- What this task involves:
Set down, character for character, everything in the records below from the line holding "# M3 Clearance Hole3 (through all)" down to the line holding "The same part", and no other line.

(Beginning of The data)

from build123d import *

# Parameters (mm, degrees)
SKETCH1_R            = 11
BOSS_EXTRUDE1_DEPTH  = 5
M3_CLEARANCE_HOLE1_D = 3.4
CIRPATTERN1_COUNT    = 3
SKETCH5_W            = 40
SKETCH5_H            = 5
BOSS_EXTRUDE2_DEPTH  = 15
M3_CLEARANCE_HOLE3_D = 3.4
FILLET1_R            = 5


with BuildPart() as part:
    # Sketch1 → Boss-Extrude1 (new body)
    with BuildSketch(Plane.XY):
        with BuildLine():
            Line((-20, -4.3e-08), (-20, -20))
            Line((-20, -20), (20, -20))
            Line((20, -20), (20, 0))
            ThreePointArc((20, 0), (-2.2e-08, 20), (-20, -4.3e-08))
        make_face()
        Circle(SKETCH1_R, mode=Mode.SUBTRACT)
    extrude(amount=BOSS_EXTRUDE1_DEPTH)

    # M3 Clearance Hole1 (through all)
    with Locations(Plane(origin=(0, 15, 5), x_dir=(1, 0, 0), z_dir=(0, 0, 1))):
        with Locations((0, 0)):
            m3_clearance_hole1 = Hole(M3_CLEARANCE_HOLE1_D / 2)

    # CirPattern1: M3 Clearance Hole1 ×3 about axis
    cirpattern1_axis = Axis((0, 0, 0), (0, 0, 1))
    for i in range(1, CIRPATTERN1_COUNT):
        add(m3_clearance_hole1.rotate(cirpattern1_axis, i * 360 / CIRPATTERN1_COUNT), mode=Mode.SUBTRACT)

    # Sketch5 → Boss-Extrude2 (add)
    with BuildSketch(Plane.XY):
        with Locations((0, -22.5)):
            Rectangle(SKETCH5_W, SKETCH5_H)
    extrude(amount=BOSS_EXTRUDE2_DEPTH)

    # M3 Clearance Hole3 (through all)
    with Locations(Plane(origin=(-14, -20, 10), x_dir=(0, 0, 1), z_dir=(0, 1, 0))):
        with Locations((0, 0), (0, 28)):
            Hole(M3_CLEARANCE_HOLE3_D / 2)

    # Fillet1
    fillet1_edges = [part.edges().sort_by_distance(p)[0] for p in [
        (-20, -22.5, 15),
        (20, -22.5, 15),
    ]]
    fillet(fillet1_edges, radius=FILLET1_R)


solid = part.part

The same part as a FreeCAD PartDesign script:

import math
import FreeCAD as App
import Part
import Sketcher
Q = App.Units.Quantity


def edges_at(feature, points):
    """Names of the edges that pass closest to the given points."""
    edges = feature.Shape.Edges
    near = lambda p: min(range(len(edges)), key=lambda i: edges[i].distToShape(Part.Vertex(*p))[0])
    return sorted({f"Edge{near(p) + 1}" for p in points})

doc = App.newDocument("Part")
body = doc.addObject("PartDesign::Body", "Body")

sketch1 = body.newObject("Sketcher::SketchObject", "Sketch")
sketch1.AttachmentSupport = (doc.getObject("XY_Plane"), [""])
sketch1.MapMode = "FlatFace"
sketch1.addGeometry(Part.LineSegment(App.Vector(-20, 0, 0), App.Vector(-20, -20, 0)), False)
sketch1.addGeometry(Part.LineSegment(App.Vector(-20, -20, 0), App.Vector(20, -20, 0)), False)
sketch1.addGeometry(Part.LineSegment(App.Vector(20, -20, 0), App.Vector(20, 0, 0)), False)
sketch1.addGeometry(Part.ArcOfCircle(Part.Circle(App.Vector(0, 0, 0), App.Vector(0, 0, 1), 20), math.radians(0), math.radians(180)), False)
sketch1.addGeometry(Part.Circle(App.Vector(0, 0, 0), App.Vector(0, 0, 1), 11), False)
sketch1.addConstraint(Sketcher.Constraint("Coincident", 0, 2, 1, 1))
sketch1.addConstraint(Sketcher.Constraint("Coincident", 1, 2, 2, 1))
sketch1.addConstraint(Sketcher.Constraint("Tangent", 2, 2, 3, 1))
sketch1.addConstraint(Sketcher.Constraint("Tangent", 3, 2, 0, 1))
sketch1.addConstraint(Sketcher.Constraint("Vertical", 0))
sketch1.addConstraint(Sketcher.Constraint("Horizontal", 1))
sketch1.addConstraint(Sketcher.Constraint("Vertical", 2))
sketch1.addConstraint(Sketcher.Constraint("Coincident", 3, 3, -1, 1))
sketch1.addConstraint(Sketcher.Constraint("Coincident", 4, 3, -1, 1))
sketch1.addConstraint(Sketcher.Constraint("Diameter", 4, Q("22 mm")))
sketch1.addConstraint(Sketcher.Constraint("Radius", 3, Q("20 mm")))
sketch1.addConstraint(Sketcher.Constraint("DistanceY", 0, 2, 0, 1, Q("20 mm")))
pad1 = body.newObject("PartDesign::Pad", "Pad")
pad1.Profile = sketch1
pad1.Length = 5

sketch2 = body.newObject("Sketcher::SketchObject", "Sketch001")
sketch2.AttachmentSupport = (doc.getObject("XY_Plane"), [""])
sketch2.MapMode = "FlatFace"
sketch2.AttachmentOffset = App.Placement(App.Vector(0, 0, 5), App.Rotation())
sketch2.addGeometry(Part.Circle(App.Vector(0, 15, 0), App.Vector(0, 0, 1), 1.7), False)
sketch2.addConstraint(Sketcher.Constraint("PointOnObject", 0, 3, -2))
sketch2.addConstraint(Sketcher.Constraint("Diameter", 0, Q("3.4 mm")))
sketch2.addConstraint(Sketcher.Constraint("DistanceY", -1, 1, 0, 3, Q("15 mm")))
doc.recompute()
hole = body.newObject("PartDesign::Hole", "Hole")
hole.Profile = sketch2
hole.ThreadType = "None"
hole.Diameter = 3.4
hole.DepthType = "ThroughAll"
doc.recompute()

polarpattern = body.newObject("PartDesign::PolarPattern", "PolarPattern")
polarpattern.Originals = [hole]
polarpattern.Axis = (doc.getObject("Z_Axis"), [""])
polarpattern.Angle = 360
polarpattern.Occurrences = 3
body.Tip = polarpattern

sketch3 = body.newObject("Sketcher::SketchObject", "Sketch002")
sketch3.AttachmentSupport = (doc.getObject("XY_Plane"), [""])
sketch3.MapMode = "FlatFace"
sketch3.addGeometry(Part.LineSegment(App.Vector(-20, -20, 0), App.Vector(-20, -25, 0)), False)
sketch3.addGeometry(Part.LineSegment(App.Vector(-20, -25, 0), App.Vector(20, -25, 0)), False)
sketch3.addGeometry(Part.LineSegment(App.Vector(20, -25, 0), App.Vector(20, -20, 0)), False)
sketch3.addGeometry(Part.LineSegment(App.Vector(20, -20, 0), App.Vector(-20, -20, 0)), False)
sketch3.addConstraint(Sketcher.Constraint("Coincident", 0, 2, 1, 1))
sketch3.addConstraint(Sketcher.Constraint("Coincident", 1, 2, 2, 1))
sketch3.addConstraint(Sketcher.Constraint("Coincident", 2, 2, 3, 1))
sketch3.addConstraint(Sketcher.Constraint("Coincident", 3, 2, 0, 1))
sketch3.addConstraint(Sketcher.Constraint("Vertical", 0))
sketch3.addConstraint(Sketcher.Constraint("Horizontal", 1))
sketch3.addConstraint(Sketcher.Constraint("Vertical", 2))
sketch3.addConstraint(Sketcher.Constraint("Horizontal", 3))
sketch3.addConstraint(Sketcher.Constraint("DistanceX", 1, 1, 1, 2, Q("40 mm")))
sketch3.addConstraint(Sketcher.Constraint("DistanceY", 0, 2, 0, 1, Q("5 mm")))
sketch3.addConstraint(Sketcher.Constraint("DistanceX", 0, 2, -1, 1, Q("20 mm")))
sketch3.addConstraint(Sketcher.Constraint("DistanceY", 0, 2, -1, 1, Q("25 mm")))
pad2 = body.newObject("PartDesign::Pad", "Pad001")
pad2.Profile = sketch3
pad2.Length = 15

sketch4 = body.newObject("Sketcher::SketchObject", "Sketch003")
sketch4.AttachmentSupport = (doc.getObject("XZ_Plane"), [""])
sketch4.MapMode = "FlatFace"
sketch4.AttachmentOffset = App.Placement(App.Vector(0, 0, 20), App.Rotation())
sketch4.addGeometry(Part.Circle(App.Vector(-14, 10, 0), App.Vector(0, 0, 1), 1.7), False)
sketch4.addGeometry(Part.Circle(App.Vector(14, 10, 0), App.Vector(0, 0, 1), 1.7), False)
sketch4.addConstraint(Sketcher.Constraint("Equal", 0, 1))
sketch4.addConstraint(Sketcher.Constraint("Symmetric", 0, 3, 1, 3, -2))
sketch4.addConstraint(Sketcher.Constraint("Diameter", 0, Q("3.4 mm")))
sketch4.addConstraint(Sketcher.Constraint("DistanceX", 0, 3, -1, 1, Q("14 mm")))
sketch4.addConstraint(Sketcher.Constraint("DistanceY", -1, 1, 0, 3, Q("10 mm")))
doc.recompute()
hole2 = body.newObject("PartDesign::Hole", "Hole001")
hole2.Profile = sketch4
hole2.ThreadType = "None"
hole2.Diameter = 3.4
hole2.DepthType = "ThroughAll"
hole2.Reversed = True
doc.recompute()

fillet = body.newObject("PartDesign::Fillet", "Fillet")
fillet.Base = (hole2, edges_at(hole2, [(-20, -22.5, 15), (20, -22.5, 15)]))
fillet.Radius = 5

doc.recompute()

(End of The data)

- Solution:
    # M3 Clearance Hole3 (through all)
    with Locations(Plane(origin=(-14, -20, 10), x_dir=(0, 0, 1), z_dir=(0, 1, 0))):
        with Locations((0, 0), (0, 28)):
            Hole(M3_CLEARANCE_HOLE3_D / 2)

    # Fillet1
    fillet1_edges = [part.edges().sort_by_distance(p)[0] for p in [
        (-20, -22.5, 15),
        (20, -22.5, 15),
    ]]
    fillet(fillet1_edges, radius=FILLET1_R)


solid = part.part

The same part as a FreeCAD PartDesign script:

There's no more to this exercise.